Exercise data.
------

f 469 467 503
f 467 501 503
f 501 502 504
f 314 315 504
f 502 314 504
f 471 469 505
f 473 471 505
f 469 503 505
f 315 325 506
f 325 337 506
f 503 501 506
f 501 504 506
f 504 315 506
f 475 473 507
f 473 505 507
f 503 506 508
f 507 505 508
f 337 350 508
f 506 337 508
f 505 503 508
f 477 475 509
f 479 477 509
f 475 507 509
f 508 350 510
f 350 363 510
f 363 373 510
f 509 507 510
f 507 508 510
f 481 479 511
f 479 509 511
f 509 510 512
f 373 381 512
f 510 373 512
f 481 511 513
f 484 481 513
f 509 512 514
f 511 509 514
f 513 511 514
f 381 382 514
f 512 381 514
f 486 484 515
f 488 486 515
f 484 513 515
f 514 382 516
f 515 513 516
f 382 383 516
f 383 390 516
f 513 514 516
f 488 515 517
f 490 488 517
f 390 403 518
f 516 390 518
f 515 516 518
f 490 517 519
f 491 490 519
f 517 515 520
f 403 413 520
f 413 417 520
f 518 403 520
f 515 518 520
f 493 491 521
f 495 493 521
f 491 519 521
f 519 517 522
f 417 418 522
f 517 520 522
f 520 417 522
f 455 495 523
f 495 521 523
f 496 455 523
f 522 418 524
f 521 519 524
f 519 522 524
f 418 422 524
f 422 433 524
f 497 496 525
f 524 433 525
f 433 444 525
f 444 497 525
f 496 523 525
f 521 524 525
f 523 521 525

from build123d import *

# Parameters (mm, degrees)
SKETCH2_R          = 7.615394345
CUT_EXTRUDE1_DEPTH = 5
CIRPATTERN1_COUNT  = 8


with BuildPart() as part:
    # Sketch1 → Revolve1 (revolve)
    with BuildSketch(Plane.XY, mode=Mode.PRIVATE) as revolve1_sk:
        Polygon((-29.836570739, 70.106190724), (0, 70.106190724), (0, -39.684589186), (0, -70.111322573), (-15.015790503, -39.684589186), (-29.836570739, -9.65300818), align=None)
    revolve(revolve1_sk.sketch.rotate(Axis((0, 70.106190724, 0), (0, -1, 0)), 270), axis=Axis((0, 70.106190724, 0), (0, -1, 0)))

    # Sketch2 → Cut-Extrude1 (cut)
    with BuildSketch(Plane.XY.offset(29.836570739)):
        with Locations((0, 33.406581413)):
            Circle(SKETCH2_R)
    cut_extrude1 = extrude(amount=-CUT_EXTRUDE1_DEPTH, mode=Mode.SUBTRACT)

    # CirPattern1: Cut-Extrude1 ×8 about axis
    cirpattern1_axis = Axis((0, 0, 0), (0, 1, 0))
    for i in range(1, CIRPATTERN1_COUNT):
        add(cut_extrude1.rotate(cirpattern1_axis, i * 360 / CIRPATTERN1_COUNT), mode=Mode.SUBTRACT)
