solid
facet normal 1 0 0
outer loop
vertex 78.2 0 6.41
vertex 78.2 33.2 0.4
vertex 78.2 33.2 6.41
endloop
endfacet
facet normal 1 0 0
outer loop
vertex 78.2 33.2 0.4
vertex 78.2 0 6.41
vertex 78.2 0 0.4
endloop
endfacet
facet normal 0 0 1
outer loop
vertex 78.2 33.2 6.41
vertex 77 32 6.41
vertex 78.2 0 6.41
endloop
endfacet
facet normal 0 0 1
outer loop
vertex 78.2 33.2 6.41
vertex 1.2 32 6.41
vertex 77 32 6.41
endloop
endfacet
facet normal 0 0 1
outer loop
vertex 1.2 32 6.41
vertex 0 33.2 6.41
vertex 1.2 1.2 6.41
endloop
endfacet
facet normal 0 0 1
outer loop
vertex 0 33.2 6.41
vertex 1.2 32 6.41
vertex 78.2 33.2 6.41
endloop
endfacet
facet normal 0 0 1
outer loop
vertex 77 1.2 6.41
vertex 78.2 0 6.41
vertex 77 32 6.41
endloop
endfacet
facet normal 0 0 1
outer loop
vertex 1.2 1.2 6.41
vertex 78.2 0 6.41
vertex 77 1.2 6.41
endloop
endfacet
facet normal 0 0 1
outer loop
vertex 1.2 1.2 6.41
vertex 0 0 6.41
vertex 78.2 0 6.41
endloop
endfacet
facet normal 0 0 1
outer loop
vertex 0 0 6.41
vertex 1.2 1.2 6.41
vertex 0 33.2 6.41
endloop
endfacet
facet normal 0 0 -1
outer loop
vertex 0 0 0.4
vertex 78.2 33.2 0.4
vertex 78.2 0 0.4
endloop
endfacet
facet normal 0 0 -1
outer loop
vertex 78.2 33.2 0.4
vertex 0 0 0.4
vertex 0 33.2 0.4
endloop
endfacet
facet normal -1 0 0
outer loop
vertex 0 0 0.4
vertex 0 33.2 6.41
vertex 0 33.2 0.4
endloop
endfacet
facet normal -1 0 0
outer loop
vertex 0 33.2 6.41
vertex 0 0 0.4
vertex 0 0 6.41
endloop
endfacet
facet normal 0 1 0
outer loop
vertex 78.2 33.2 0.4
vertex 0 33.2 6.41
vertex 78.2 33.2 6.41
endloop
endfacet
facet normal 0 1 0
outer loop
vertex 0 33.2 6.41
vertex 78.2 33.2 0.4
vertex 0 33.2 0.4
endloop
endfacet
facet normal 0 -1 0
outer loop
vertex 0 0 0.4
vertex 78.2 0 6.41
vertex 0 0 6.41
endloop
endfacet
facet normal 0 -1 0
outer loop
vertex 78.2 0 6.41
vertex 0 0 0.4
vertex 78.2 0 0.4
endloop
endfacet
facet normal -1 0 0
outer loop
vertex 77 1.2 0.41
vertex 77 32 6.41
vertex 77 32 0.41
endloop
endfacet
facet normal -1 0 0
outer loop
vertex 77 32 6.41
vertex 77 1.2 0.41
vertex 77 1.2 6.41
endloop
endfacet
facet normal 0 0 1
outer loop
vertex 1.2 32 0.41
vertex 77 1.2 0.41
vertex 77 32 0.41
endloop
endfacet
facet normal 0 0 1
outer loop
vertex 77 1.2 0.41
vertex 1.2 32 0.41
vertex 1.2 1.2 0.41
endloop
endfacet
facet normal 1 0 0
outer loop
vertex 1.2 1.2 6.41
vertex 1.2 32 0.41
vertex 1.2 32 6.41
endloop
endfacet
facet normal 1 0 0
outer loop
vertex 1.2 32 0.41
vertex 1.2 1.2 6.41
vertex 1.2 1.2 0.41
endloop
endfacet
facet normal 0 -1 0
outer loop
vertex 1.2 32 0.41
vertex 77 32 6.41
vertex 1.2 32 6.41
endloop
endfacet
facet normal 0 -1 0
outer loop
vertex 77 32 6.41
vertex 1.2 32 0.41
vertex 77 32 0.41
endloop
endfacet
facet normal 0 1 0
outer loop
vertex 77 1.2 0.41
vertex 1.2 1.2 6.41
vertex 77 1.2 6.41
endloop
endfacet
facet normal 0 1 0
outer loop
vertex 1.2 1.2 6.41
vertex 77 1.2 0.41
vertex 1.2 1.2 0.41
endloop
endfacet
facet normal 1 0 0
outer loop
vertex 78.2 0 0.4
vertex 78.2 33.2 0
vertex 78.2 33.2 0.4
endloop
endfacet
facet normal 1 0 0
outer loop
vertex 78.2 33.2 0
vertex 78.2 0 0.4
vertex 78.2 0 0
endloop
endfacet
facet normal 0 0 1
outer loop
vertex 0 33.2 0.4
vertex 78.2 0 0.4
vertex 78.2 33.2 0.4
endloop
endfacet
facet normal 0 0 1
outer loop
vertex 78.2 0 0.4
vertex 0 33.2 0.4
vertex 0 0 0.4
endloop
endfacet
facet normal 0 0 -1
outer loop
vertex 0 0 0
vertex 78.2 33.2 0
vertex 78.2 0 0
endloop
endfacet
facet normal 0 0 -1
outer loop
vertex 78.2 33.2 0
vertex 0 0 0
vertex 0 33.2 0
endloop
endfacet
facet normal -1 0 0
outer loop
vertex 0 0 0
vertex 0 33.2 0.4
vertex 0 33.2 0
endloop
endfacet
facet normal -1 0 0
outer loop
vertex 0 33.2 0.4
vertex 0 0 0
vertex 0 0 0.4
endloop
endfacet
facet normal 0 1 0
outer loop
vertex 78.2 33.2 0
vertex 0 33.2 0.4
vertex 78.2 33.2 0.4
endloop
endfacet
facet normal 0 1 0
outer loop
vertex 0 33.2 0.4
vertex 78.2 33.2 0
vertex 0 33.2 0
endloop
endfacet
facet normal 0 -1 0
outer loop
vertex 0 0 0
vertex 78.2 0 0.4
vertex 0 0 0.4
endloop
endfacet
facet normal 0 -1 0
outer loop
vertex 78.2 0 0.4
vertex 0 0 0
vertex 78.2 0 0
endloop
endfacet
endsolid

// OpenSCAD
// file: ../../Base/Rotation.scad
// Fischertechnik Box Foundation
// Geometry Helpers Rotation

include <PlacementOptions.scad>

// getRotatedSpace(space, rotation=NoRotation)
// Rotates the space dependent on the specified rotation

function getRotatedSpace(space, rotation=NoRotation) = [
    (rotation == Rotate90 || rotation == Rotate270) ? space.y : space.x,
    (rotation == Rotate90 || rotation == Rotate270) ? space.x : space.y
];

// Rotates the given space around the fixed left lower corner
// space = the space the children needs as width/depth list [width,depth]
// rotation = 0 Rotate0 degrees, 1 Rotate90 degrees, 2 Rotate180 degrees, 3 Rotate270 degrees (equivalent to -90)

module RotateFix(space, rotation=NoRotation) {
    dy = (rotation == Rotate0 || rotation == Rotate270) ? 0 :
        (rotation == Rotate90) ? space.x :
        space.y;
    dx = (rotation < Rotate180) ? 0 :
        (rotation == Rotate180) ? space.x :
        space.y;
    
    translate([dx, dy, 0])
        rotate([0, 0, rotations[rotation]])
            children();
}
// file: ../../Base/Alignment.scad
// Fischertechnik Box Foundation
// Geometry Helpers Alignment

include <PlacementOptions.scad>

// getAlignedX(elementWidth, spaceWidth, align=AlignRight, offset=0)
// Gets the aligned X offset of an element with the given
// width in the given space.
// elementWidth = The width of the element to positon
// spaceWidth = The space where the element should be aligned
// align = 0 AlignLeft, 1 AlignCenter, 2 AlignRight
// offset = an optional offset from the aligned position. When
// aligned left or centered, then positive values are in X direction.
// When aligned right then positive values are in negative X direction.

function getAlignedX(elementWidth, spaceWidth, align=AlignRight, offset=0) =
    (align == AlignLeft) ?
        offset :
        ((align == AlignCenter) ?
        (spaceWidth - elementWidth)/2 + offset :
        spaceWidth - offset - elementWidth);

// getAlignedY(elementDepth, spaceDepth, align=AlignTop, offset=0)
// Gets the aligned Y offset of an element with the given
// depth in the given space.
// elementDepth = The depth of the element to positon
// spaceDepth = The space where the element should be aligned
// align = 0 AlignBottom, 1 AlignCenter, 2 AlignTop
// offset = an optional offset from the aligned position. When
// aligned bottom or centered, then positive values are in Y direction.
// When aligned top then positive values are in negative Y direction.

function getAlignedY(elementDepth, spaceDepth, align=AlignTop, offset=0) =
    (align == AlignBottom) ?
        offset :
        ((align == AlignCenter) ?
        (spaceDepth - elementDepth)/2 + offset :
        spaceDepth - offset - elementDepth);
// file: ../../Base/PlacementOptions.scad
// Fischertechnik Box Foundation
// Placement Options

// Alignment
NoAlign = 0;
AlignLeft = 1;
AlignBottom = 2;
AlignCenter = 3;
AlignRight = 4;
AlignTop = 5;

// Element rotation degree steps
rotations = [0, -90, -180, -270];

// Rotation
NoRotation = 0;
Rotate0 = 0;
Rotate90 = 1;
Rotate180 = 2;
Rotate270 = 3;

// Docking (seen from above)
NoDock = -1;
DockLeft = 0;
DockTop = 1;
DockRight = 2;
DockCorner = 2;
DockBottom = 3;

// Web corners
LowerLeft = 0;
UpperLeft = 1;
UpperRight = 2;
LowerRight = 3;

// Web position relative to corner
LeftOfCorner = 0;
RightOfCorner = 1;

// Rails direction
Horizontal = true;
Vertical = false;
// file: ../../Base/Boxes.scad
// Fischertechnik Box Foundation
// Pre-designed Boxes

use <Constants.scad>

include <PlacementOptions.scad>

box190Width = 190;
box190Depth = 130;
box130Width = 130;
box130Depth = 95;

// Values are from an original ec3 box
topBottomDifference = 1.5;
outerHeight = 40;
baseThickness = 1.8;
innerHeight = outerHeight - baseThickness;
stackExcess = 5.7;
radius = 3.5;
wallThickness = 1.5;
tolerance = 0.2;

boxWallThickness = wallThickness;
boxBaseThickness = baseThickness;
boxWebWidth = 3.0;

// getBoxWallThickness()
// Gets the wall thickness of a Fischertechnik Box
function getBoxWallThickness() = boxWallThickness;

// getBoxUsageHeight(height = 38.2)
// Gets the usable height of a Fischertechnik box
// height = Outer height of the box from the bottom to the upper edge.
function getBoxUsageHeight(height = outerHeight) = height - baseThickness - stackExcess;

// getBoxInnerHeight()
// Gets the inner height of a Fischertechnik box, including the stack excess
function getBoxInnerHeight() = innerHeight;

// getBoxBaseThickness()
// Gets the thickness of the Fischertechnik box base.
function getBoxBaseThickness() = boxBaseThickness;

// getBoxWebWidth()
// Gets the width of a box web
function getBoxWebWidth() = boxWebWidth;

// getBox190Space()
// Gets the usable inner space of a Box 190 as an x/y-list
function getBox190Space() = [
    box190Width - 2*getBoxWallThickness() - topBottomDifference, 
    box190Depth - 2*getBoxWallThickness() - topBottomDifference ];

// RoundedCornerPlate(width, depth, height, radius)
// Creates a body plate with rounded corners for a box. Used
// also to create the complete box with the hull module.
// width = Width of the plate
// depth = depth of the plate 
// height = thickness of the plate
// radius = radius of the rounded corner
module RoundedCornerPlate(width, depth, height, radius) {
    translate([radius, radius])
    hull() {
        w = width-2*radius;
        d = depth-2*radius;
        cube([w, d, height]);
        cylinder(height, r=radius, $fn=getFragments());
        translate([w, 0])
            cylinder(height, r=radius, $fn=getFragments());
        translate([w, d])
            cylinder(height, r=radius, $fn=getFragments());
        translate([0, d])
            cylinder(height, r=radius, $fn=getFragments());
    }
}

// BoxBase(width, depth)
// Creates an empty stackable Fischertechnik compatible box
// width = Outer width of the box (190, 130, ...)
// depth = Outer depth of the box (130, 95, ...)

module BoxBase(width, depth, height=outerHeight) {    
    thinPlate = 0.01;

    innerHeight = height - baseThickness;    
    
    module Body(tolerance=tolerance) {
        hull() {
            // Bottom with tolerance to fit into the original boxes when stacked
            translate([-wallThickness+tolerance, -wallThickness+tolerance, -baseThickness])
                RoundedCornerPlate(width-topBottomDifference-2*tolerance, depth-topBottomDifference-2*tolerance, thinPlate, radius);
            
            // Top
            translate([-wallThickness-topBottomDifference/2, -wallThickness-topBottomDifference/2, innerHeight-thinPlate])
                RoundedCornerPlate(width, depth, thinPlate, radius);
         }
    }

    module Cutoff() {
        hull() {
            coWidth = width - 2*wallThickness;
            coDepth = depth - 2*wallThickness;
            
            // Bottom
            RoundedCornerPlate(coWidth-topBottomDifference, coDepth-topBottomDifference, thinPlate, radius);

            // Top
            translate([-topBottomDifference/2, -topBottomDifference/2, innerHeight+thinPlate]) 
                RoundedCornerPlate(coWidth, coDepth, thinPlate, radius);
        }
    }
    
    difference() {        
        Body();
        Cutoff();
        stackOffset = innerHeight - stackExcess;
        translate([0, 0, stackOffset + baseThickness])
            Body(tolerance=0);
    }
}

// Creates the Fischertechnik empty box 130x190 mm and places it at position 0,0
// 190x130 are the outer sizes, the inner space is slightly smaller. Use getBox190Space() to get the inner sizes.
// The box is positioned that the usable inner space is at the 0,0,0 position.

------

Directions for this task.
Your task is to set down only the lines that run from the opening of the listing to the line with "f 475 507 509", both ends included, each unchanged.

Your solution.
f 469 467 503
f 467 501 503
f 501 502 504
f 314 315 504
f 502 314 504
f 471 469 505
f 473 471 505
f 469 503 505
f 315 325 506
f 325 337 506
f 503 501 506
f 501 504 506
f 504 315 506
f 475 473 507
f 473 505 507
f 503 506 508
f 507 505 508
f 337 350 508
f 506 337 508
f 505 503 508
f 477 475 509
f 479 477 509
f 475 507 509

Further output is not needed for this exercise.